(Beginning of EXTRACTED RECORDS)
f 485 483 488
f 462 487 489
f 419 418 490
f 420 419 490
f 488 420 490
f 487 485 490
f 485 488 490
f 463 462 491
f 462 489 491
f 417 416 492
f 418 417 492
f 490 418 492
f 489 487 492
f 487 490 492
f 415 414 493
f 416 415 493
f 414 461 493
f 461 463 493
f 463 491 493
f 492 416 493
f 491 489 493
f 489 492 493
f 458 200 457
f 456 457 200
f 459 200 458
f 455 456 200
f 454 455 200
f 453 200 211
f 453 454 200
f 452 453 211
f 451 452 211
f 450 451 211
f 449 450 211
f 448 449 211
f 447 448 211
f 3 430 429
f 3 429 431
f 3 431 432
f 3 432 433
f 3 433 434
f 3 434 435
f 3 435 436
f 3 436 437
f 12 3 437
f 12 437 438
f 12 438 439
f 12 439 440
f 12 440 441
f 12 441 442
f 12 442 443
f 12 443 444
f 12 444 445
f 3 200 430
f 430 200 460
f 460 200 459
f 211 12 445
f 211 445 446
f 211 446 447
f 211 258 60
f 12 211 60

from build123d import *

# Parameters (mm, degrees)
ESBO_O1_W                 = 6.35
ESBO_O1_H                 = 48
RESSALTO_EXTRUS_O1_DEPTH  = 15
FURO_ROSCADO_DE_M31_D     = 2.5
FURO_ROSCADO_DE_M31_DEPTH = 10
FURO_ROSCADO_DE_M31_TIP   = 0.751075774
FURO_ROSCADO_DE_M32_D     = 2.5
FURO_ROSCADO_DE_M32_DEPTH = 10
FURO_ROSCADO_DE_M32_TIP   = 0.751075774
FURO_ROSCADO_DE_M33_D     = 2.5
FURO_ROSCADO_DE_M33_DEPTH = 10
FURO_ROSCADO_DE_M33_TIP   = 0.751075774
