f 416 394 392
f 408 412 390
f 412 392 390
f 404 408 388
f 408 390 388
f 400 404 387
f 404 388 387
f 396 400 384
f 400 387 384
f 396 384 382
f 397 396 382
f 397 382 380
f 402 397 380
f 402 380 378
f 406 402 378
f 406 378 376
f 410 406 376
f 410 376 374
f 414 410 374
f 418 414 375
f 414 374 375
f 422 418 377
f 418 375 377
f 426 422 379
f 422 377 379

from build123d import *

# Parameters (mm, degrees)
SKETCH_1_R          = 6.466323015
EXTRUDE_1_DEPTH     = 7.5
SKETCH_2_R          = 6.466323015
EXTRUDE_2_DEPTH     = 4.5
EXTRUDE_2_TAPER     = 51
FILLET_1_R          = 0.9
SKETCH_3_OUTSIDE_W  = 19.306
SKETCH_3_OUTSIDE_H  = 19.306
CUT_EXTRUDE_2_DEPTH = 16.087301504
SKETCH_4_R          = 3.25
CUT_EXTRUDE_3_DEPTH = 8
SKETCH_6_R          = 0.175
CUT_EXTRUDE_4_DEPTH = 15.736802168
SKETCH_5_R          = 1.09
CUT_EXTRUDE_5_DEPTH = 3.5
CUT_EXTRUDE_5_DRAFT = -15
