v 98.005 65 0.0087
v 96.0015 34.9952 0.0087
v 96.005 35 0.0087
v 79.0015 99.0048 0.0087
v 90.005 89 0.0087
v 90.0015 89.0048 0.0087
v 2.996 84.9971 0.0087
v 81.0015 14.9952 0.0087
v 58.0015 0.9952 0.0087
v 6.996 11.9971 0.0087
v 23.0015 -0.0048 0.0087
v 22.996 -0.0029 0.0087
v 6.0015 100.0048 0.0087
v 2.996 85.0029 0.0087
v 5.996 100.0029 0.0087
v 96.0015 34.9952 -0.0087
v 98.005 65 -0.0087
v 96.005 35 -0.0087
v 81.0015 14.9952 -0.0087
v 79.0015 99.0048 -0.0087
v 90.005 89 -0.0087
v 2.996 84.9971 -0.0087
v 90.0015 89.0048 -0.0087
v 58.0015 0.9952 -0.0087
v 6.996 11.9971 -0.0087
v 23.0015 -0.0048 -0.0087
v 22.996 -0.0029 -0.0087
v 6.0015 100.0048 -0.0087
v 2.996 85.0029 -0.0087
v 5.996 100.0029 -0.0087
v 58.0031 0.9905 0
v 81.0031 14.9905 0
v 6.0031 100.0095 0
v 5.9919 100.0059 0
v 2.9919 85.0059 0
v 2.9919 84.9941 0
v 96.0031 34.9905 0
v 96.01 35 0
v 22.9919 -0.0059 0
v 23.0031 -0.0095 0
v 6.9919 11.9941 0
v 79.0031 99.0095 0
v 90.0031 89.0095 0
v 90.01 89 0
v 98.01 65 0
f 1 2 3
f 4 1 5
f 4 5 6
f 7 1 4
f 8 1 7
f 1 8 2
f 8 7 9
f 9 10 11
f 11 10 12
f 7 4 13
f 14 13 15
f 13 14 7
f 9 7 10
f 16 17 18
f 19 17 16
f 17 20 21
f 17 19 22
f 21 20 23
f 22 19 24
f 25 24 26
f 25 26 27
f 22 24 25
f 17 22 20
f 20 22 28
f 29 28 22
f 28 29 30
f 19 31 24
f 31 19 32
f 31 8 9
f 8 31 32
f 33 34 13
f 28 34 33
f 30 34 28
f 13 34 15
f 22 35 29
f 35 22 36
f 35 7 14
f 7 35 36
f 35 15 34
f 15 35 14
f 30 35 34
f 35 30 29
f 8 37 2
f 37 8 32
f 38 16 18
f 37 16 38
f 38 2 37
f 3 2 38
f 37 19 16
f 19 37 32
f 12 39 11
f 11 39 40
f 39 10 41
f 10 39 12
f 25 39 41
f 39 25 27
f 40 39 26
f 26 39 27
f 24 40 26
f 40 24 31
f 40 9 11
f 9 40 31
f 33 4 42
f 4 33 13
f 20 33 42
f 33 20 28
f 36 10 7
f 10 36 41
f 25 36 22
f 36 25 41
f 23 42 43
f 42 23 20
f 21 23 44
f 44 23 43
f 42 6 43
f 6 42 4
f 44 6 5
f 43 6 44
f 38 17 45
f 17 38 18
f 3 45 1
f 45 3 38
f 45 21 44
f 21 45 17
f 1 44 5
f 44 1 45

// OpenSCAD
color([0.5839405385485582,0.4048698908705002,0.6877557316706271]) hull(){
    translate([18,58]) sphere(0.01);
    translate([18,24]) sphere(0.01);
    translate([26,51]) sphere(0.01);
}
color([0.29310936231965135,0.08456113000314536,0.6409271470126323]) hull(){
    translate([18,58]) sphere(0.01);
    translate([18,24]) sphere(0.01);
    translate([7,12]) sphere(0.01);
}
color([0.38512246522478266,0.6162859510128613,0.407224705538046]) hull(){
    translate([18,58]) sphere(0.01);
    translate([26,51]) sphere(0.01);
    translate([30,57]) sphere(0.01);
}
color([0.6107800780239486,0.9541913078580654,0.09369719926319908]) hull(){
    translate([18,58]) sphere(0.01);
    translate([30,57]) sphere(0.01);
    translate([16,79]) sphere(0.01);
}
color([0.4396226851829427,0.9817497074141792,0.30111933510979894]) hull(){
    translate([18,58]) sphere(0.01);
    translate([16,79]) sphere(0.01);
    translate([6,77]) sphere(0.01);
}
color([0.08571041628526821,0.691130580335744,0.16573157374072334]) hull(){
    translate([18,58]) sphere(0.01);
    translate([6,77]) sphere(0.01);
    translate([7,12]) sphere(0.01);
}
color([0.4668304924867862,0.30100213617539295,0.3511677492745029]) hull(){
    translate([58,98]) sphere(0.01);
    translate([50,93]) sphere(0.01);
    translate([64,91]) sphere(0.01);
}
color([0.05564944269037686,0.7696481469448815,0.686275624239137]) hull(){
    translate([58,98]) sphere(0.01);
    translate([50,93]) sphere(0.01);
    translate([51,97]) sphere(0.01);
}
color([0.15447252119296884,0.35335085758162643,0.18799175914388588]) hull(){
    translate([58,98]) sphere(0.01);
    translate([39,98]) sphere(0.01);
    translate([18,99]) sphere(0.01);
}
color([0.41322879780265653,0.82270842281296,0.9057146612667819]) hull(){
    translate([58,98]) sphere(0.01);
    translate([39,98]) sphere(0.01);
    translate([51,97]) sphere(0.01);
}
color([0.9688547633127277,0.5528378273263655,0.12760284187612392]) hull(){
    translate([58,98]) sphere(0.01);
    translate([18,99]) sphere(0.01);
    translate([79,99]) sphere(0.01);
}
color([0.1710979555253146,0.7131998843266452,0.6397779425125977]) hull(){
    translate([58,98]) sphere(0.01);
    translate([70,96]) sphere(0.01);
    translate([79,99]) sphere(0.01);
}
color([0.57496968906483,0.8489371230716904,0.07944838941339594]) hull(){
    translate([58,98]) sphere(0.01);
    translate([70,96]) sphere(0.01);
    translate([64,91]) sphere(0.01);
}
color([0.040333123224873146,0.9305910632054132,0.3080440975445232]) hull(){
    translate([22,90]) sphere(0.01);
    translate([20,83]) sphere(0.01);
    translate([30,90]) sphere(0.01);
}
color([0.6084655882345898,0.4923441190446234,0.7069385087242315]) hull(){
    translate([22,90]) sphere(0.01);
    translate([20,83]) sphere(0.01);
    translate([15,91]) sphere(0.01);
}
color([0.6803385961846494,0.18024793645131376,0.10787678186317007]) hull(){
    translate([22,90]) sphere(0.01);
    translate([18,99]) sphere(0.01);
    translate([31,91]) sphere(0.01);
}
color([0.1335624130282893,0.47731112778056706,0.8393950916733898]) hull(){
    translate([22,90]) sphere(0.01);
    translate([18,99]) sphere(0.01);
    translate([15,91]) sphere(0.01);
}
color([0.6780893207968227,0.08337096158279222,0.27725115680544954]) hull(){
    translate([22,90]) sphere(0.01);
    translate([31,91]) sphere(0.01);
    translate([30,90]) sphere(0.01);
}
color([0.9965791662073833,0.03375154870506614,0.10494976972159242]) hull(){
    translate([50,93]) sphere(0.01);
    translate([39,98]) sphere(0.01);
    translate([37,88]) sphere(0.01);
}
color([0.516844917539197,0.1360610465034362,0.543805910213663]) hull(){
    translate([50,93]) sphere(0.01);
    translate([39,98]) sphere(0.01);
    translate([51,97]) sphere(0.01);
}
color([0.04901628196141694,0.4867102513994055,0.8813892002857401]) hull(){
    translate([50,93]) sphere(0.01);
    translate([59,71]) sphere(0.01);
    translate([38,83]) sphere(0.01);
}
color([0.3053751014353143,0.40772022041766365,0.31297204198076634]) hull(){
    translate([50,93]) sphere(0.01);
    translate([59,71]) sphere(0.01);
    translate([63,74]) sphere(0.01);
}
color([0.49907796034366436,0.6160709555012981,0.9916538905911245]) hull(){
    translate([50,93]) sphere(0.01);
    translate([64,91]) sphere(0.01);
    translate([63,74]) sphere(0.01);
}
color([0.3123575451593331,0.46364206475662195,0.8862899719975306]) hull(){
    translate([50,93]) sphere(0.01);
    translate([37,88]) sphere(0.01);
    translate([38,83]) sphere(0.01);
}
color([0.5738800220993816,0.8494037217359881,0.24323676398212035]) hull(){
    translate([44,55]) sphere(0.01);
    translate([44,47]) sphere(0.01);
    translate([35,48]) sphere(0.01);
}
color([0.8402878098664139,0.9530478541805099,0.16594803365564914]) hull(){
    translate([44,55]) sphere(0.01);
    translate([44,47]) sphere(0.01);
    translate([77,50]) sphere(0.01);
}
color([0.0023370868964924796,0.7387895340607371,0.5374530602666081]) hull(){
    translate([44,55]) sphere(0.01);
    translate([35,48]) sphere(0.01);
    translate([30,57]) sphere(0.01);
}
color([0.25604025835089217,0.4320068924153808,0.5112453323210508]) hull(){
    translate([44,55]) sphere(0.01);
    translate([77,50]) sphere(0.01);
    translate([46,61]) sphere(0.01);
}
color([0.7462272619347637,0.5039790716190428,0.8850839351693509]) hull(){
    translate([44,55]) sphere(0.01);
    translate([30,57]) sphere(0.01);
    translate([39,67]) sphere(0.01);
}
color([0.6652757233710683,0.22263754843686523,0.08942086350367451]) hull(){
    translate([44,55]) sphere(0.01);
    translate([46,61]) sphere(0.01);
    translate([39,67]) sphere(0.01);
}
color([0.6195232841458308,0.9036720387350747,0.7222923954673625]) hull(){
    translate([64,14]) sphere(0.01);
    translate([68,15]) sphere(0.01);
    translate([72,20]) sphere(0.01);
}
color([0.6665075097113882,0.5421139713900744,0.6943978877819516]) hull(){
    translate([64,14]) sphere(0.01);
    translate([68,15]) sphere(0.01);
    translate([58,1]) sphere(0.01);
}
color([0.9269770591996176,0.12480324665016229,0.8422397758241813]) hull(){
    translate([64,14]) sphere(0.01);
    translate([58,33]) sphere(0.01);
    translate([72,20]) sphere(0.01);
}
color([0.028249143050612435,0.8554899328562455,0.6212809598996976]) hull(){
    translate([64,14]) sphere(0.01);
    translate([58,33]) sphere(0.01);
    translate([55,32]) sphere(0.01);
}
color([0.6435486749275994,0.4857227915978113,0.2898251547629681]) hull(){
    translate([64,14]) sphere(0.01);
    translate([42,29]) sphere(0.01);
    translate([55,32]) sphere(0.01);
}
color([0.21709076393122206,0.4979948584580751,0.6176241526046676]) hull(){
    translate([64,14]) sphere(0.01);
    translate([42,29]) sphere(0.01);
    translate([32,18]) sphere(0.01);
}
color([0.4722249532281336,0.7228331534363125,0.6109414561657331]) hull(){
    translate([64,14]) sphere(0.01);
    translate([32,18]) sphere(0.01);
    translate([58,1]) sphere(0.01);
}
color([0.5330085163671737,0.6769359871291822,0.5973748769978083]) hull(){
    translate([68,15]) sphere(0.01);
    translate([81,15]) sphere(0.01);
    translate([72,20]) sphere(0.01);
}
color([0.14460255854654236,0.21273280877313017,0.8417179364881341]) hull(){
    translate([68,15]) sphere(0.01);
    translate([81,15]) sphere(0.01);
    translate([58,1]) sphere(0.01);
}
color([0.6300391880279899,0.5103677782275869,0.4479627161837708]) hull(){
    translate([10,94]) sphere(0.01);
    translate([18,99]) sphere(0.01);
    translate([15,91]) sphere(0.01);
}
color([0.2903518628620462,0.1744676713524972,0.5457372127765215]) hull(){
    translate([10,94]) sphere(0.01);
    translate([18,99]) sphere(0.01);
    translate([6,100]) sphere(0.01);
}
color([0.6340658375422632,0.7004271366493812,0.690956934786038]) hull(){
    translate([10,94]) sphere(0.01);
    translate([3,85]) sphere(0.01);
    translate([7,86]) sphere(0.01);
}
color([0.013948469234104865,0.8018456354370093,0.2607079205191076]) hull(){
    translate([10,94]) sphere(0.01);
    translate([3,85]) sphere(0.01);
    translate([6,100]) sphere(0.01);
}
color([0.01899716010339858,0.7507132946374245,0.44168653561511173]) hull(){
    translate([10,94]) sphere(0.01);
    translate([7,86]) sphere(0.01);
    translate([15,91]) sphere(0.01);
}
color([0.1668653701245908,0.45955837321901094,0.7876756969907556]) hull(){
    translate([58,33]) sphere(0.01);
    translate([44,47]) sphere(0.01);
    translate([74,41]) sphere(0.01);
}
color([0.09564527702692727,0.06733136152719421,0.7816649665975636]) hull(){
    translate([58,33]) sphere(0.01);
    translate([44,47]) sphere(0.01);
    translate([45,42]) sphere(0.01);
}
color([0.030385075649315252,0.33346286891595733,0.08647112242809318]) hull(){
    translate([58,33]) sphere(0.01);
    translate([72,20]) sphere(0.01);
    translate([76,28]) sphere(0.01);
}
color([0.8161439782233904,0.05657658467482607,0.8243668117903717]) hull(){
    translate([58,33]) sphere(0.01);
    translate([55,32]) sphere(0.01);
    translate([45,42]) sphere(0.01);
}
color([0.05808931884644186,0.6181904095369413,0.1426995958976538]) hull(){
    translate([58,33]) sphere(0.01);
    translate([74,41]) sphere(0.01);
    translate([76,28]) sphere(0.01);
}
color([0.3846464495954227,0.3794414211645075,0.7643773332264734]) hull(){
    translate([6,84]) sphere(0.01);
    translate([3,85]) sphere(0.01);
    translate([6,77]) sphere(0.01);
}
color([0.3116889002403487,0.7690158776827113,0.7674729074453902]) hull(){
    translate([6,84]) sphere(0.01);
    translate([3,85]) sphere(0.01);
(End of EXTRACTED RECORDS)
(Beginning of EXTRACTED RECORDS)
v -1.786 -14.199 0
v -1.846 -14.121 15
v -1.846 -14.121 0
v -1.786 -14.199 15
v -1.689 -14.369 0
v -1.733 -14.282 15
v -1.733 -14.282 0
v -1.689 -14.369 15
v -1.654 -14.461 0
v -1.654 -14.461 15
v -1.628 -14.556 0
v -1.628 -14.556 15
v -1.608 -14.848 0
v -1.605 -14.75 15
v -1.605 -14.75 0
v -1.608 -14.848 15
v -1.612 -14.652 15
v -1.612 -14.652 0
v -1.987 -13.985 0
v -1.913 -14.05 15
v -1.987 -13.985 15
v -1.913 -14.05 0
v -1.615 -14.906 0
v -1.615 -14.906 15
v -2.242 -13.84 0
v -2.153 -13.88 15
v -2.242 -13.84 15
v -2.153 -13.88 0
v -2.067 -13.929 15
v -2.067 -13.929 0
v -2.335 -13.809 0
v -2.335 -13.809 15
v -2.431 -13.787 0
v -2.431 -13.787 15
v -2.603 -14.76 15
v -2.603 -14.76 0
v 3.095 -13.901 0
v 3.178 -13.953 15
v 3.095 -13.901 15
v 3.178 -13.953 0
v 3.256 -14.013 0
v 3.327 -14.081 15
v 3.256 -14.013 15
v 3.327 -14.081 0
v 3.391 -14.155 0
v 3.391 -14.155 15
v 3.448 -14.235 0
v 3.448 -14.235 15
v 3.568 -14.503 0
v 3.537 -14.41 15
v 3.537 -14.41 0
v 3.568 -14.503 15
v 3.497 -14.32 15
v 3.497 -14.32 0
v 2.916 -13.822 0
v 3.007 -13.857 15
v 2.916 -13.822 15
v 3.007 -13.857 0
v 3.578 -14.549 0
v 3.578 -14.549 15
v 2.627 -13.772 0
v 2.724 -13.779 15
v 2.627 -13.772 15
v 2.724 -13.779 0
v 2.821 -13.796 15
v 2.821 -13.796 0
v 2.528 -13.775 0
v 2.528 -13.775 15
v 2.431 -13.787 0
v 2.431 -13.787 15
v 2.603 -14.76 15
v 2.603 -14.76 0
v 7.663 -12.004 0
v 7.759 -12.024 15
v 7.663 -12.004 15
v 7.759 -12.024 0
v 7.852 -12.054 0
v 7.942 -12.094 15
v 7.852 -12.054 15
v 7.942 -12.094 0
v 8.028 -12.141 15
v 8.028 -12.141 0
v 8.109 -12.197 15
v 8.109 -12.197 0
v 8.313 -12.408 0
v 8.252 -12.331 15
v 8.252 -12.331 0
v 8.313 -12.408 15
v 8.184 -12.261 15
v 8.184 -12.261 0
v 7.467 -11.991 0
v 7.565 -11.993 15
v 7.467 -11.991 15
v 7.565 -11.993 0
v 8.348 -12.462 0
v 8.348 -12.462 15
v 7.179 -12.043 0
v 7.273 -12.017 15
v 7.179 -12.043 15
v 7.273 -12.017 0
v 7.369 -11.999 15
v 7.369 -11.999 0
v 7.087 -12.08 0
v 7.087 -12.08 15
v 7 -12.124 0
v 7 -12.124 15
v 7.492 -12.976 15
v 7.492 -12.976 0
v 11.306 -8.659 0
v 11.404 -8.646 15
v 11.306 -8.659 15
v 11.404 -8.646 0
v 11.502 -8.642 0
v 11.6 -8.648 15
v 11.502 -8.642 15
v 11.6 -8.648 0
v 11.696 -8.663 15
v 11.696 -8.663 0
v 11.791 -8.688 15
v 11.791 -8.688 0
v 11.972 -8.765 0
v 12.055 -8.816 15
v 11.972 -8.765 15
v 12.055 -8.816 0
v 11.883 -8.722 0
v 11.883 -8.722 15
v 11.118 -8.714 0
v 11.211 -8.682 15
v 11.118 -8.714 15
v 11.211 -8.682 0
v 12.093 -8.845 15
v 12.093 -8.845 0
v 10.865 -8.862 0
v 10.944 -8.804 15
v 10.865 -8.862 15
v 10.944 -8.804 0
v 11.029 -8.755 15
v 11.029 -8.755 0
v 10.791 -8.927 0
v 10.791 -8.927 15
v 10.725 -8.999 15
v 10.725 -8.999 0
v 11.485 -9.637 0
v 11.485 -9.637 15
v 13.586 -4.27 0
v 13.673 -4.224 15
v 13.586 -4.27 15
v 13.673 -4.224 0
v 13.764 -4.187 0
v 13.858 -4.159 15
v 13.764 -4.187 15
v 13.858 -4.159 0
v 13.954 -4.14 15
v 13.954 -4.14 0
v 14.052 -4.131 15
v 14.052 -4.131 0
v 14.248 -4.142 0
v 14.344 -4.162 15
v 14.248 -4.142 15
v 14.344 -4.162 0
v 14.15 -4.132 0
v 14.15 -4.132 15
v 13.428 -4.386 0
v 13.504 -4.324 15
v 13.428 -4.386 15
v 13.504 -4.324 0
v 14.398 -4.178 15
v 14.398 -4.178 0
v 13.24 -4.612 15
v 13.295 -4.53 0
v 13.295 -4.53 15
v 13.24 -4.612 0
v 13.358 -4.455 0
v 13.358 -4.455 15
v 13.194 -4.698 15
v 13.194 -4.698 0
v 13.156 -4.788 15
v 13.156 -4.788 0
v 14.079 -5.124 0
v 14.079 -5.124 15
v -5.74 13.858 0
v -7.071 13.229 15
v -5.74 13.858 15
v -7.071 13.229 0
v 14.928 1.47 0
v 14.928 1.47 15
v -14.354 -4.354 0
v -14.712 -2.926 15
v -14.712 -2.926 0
(End of EXTRACTED RECORDS)
(Beginning of EXTRACTED RECORDS)
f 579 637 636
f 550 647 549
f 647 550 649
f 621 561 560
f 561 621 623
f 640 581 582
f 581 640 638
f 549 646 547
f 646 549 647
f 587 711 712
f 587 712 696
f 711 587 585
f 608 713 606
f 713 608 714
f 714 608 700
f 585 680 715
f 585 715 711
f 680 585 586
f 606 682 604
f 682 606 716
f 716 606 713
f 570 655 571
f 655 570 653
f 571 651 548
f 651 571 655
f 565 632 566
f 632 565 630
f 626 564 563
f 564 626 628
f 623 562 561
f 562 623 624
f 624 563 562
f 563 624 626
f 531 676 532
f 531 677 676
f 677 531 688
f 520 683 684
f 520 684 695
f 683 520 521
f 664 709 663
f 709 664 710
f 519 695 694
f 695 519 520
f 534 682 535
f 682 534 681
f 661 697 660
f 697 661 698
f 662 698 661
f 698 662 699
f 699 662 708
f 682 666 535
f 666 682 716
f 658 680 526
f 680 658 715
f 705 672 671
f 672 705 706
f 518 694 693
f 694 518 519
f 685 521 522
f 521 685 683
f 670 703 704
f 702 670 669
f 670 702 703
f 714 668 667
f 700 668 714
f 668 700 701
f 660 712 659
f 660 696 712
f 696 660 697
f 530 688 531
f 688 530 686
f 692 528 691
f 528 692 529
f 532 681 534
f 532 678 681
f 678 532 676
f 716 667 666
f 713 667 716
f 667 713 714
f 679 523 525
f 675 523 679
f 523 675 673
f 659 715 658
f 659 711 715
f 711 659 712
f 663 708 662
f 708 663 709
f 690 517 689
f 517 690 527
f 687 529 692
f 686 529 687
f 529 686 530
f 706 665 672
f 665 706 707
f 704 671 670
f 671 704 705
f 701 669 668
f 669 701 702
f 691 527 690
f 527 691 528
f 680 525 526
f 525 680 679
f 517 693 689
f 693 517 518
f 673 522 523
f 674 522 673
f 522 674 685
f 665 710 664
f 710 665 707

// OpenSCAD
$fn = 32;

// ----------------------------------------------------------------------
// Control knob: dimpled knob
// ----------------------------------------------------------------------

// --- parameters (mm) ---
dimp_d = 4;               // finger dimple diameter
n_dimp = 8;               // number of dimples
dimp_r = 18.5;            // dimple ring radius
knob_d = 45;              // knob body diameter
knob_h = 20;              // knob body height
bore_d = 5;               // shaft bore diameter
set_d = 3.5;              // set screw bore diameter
(End of EXTRACTED RECORDS)
In the records above, the line with "f 485 483 488" marks the start and the line with "f 458 200 457" marks the end; copy that stretch exactly, both lines included, and nothing else.

> _COMPLETED TASK_:
f 485 483 488
f 462 487 489
f 419 418 490
f 420 419 490
f 488 420 490
f 487 485 490
f 485 488 490
f 463 462 491
f 462 489 491
f 417 416 492
f 418 417 492
f 490 418 492
f 489 487 492
f 487 490 492
f 415 414 493
f 416 415 493
f 414 461 493
f 461 463 493
f 463 491 493
f 492 416 493
f 491 489 493
f 489 492 493
f 458 200 457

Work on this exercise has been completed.